Выбрать главу

«Хищные вещи века» не были выдающейся книгой. Упрощенное повествование, вновь появившаяся склонность к описательству, отсутствие психологических амбиций и ура-оптимистическое окончание напоминали «Стажеров», «Возвращение» и даже более раннюю технологическую фантастику. Конечно, авторов оправдывает то, что композиция утопии (и антиутопии) имеет свои требования, принуждает давать широкие квазинаучные описания и порождает нежизненность героев, но факта это не меняет. И повесть не заслуживала бы особого разговора, если бы не ее значение для дальнейшего писательского пути наших авторов.

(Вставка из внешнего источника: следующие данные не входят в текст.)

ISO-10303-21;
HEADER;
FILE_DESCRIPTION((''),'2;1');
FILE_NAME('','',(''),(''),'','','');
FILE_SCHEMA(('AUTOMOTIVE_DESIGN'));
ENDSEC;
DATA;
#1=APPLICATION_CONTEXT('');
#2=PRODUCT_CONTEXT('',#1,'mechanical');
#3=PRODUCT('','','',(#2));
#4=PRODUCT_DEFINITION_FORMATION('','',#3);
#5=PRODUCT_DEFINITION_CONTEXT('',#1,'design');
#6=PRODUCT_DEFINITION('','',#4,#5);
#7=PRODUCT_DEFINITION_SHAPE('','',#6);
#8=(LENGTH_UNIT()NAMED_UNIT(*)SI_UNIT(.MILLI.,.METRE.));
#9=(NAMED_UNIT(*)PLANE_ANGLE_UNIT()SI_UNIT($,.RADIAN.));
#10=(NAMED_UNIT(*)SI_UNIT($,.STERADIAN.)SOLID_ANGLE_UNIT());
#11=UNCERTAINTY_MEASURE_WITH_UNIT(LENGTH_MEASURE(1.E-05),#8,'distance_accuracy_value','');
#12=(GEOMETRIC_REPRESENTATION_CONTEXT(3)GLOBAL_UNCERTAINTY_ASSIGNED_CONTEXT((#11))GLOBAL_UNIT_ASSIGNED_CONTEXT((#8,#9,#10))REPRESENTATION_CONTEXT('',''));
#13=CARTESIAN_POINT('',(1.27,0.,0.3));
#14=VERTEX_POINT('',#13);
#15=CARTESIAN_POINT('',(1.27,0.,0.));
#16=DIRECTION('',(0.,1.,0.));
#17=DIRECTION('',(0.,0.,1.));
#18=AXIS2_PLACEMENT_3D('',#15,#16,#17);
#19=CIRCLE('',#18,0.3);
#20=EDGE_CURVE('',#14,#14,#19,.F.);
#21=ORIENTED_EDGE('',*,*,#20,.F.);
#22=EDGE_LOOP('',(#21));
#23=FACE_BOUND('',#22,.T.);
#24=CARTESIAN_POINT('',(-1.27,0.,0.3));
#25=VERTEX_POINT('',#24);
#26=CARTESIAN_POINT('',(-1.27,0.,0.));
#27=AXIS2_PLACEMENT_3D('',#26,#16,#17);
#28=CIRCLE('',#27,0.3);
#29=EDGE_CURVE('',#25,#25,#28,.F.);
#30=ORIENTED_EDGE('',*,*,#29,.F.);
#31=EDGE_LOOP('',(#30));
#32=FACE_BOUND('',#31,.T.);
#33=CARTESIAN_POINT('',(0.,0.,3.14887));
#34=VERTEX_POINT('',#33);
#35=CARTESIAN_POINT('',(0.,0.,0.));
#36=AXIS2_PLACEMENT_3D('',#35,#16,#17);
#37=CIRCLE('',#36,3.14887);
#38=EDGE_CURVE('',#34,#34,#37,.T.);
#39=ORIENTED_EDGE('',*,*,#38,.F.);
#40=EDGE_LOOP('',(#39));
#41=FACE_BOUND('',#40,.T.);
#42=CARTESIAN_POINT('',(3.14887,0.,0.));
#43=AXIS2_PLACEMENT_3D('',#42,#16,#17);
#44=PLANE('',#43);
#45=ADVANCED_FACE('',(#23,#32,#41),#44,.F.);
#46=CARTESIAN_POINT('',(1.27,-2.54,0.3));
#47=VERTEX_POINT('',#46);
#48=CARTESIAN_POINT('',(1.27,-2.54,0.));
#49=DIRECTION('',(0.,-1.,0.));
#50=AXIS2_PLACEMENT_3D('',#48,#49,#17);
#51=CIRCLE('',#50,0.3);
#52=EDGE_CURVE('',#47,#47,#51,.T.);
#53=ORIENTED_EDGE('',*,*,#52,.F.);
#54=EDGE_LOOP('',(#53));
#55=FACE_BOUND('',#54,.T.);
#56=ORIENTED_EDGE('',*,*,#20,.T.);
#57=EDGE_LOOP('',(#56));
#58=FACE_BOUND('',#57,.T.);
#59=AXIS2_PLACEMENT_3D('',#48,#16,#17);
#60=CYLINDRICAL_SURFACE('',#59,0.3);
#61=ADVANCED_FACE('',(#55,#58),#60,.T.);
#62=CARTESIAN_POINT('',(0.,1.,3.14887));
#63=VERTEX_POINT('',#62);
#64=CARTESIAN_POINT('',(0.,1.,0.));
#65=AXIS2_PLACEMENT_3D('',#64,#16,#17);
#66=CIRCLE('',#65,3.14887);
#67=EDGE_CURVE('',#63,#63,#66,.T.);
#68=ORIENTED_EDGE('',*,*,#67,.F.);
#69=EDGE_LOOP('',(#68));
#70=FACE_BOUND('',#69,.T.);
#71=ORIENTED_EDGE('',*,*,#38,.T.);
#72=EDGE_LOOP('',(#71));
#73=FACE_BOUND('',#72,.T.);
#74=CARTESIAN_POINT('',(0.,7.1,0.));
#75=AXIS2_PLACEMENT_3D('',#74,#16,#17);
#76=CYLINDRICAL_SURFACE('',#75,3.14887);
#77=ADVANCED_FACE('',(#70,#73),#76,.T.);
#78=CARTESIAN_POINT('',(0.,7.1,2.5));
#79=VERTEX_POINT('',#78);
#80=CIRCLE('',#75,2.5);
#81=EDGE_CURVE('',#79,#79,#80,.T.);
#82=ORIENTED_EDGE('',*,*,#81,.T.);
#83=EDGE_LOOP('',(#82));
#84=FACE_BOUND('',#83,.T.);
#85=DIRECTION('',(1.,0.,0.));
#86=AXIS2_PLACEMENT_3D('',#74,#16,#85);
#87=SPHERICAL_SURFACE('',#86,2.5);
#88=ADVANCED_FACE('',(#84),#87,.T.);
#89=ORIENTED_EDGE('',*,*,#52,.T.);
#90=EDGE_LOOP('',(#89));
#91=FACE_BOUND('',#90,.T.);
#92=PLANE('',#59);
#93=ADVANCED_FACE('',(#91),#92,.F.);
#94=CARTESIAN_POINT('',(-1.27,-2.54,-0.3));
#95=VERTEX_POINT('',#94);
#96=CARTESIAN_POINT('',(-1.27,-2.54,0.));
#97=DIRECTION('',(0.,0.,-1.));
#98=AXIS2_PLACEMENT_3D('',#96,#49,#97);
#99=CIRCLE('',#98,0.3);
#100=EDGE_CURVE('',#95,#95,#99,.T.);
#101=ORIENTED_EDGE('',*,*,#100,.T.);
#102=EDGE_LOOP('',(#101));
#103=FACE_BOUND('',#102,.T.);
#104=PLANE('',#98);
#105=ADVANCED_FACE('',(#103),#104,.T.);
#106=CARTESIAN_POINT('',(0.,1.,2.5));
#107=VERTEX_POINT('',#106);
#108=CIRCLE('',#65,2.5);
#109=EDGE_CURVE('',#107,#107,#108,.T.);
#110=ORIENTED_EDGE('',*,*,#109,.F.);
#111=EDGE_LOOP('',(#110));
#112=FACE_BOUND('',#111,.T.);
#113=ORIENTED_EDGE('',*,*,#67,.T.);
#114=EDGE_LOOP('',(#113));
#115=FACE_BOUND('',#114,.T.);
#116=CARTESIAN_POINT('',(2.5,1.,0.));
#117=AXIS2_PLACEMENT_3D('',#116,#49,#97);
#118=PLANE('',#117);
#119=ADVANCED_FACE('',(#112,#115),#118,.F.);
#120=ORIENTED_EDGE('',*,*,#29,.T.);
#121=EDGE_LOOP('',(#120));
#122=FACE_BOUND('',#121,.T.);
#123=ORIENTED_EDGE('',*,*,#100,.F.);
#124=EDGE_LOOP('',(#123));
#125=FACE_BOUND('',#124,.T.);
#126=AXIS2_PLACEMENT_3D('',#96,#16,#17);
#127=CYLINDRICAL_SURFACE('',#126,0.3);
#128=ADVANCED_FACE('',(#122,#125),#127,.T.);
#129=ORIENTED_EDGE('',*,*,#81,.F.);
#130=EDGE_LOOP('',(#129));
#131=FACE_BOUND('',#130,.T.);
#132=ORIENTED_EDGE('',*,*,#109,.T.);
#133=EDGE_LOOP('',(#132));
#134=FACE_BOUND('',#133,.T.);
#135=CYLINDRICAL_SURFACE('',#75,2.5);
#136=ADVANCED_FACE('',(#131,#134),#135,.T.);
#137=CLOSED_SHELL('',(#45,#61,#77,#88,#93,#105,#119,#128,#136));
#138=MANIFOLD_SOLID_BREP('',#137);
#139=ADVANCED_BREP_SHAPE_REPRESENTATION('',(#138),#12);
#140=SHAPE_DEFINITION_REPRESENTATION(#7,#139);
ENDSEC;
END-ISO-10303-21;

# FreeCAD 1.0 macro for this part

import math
import FreeCAD as App
import Part
import Sketcher
from FreeCAD import Vector
Q = App.Units.Quantity

doc = App.newDocument("Part")
body = doc.addObject("PartDesign::Body", "Body")

# Sketch on XY plane
sketch1 = body.newObject("Sketcher::SketchObject", "Sketch")
sketch1.AttachmentSupport = (doc.getObject("XY_Plane"), [""])
sketch1.MapMode = "FlatFace"
sketch1.addGeometry([
    Part.LineSegment(Vector(2.5, 1, 0), Vector(2.5, 7.1, 0)),  # 0
    Part.ArcOfCircle(Part.Circle(Vector(0, 7.1, 0), Vector(0, 0, 1), 2.5), math.radians(0), math.radians(90)),  # 1
    Part.LineSegment(Vector(0, 9.6, 0), Vector(0, 0, 0)),  # 2
    Part.LineSegment(Vector(0, 0, 0), Vector(3.1, 0, 0)),  # 3
    Part.LineSegment(Vector(3.1, 0, 0), Vector(3.1, 1, 0)),  # 4
    Part.LineSegment(Vector(3.1, 1, 0), Vector(2.5, 1, 0)),  # 5
], False)
sketch1.addConstraint([
    Sketcher.Constraint("Tangent", 0, 2, 1, 1),
    Sketcher.Constraint("Coincident", 1, 2, 2, 1),
    Sketcher.Constraint("Coincident", 2, 2, 3, 1),
    Sketcher.Constraint("Coincident", 3, 2, 4, 1),
    Sketcher.Constraint("Coincident", 4, 2, 5, 1),
    Sketcher.Constraint("Coincident", 5, 2, 0, 1),
    Sketcher.Constraint("Vertical", 0),
    Sketcher.Constraint("Vertical", 2),
    Sketcher.Constraint("Horizontal", 3),
    Sketcher.Constraint("Vertical", 4),
    Sketcher.Constraint("Horizontal", 5),
    Sketcher.Constraint("Coincident", 2, 2, -1, 1),
    Sketcher.Constraint("PointOnObject", 1, 3, -2),
    Sketcher.Constraint("Radius", 1, Q("2.5 mm")),
    Sketcher.Constraint("DistanceY", 4, 1, 4, 2, Q("1 mm")),
    Sketcher.Constraint("DistanceY", 0, 1, 0, 2, Q("6.1 mm")),
    Sketcher.Constraint("DistanceX", 3, 1, 3, 2, Q("3.14887 mm")),
])
revolution = body.newObject("PartDesign::Revolution", "Revolution")
revolution.Profile = sketch1
revolution.ReferenceAxis = (sketch1, ["V_Axis"])
revolution.Angle = 360

# Sketch on XZ plane
sketch2 = body.newObject("Sketcher::SketchObject", "Sketch001")
sketch2.AttachmentSupport = (doc.getObject("XZ_Plane"), [""])
sketch2.MapMode = "FlatFace"
sketch2.addGeometry([
    Part.Circle(Vector(-1.27, 0, 0), Vector(0, 0, 1), 0.3),
    Part.Circle(Vector(1.27, 0, 0), Vector(0, 0, 1), 0.3),
], False)
sketch2.addConstraint([
    Sketcher.Constraint("Equal", 0, 1),
    Sketcher.Constraint("Symmetric", 0, 3, 1, 3, -1, 1),
    Sketcher.Constraint("PointOnObject", 0, 3, -1),
    Sketcher.Constraint("Diameter", 0, Q("0.6 mm")),
    Sketcher.Constraint("DistanceX", 0, 3, -1, 1, Q("1.27 mm")),
])
pad1 = body.newObject("PartDesign::Pad", "Pad")
pad1.Profile = sketch2
pad1.Length = 2.54

doc.recompute()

Прежде всего, повесть свидетельствовала об укреплении историософского пессимизма Стругацких. Ибо в ней подвергается сомнению громко выраженное еще в «Стажерах» убеждение в том, что человек по натуре добр, тянется к знанию и добру. История Страны Дураков и «слега» внушает нечто противоположное — человек сам по себе не стремится к интеллигентности и самостоятельности мышления, а цивилизованная часть его натуры — всего лишь тонкая скорлупка, созданная силами педагогов или давлением требований борьбы за быт, которая исчезает вместе с ними.

Кроме того, не слишком удачная литературная сторона, так же, как и — об этом мы еще будем говорить — опыт, связанный с восприятием «Хищных вещей века», дали Стругацким понять, что после отказа от «научности» в значении соответствия фантастической идеи марксистской философии будет наиболее безопасно и наиболее успешно для достижения поставленных перед собой целей убеждения отказаться также и от «научности» в значении соответствия фантазии обыденному чувству правдоподобия, то есть заниматься «чистой» литературной фантастикой. Ибо критикам и в голову не могло прийти, что можно похожие на серьезные футурологические размышления основывать на несерьезной, порожденной в духе гротеска концепции. Думаю также, что сатирические аллюзии — вообще говоря — полезнее скрывать под чисто условной действительностью. Она менее стесняет писателя, а читателя подталкивает к тому, чтобы трактовать ее именно как аллегорию или параболу, а не «серьезно».

Глава IV. Открытая борьба 1965–1968 гг.

Почему Стругацкие взбунтовались? — Ответ (а): восторженный прием «Трудно быть богом», рост авторитета писателей — Ответ (б): спор о новых произведениях писателей; атака неосталинистов, защита Ефремова — Что такое «роман-предупреждение»? — Общественно-политический и личный генезис «Улитки на склоне» и «Времени дождя» («Гадких лебедей») — Ответ (в): экспериментальный «Понедельник начинается в субботу» и выбор формы — «Понедельник…»: гротескная пародия на фантастику «ближнего прицела» — «Понедельник…»: сатира на сталинскую науку и критика потребительского общества — * — «Улитка на склоне» как гротескная сатира на систему — Опять о детерминизме. Два героя «Улитки…» — воплощение двух отношений интеллигента к тоталитаризму — постулат моральной непримиримости — Тоталитаризм, интеллигенция, «простой человек» — исследование взаимозависимости во «Втором нашествии марсиан» — Между философским пессимизмом и политическим оптимизмом, «Время дождя» — «Время дождя»: мотив «сверхлюдей»; неудачная попытка высказаться о диссидентском движении — «Обитаемый остров» как полное развитие условности НФ и как подведение итогов в размышлениях об общественной роли интеллигента, его обязанностях и шансах на успех в борьбе с тоталитарной властью — Изменения в тексте второго издания «Обитаемого острова» — * — Несколько слов о цензуре — Трудная история обсуждаемых книг — Скандал со «Сказкой о Тройке» — «Валяние дурака», или попытки защиты «Сказки» — Дискуссия о научной фантастике в «Литературной газете» 1969 и 1970 гг. Новый «спор о Стругацких», нападки и защита.

В конце 1965 года Стругацкие решились начать продолжавшийся до последних месяцев 1968 г., более трех лет, писательский крестовый поход, результатом которого был ряд малоизвестных до недавних пор, почти открыто обвинительных произведений.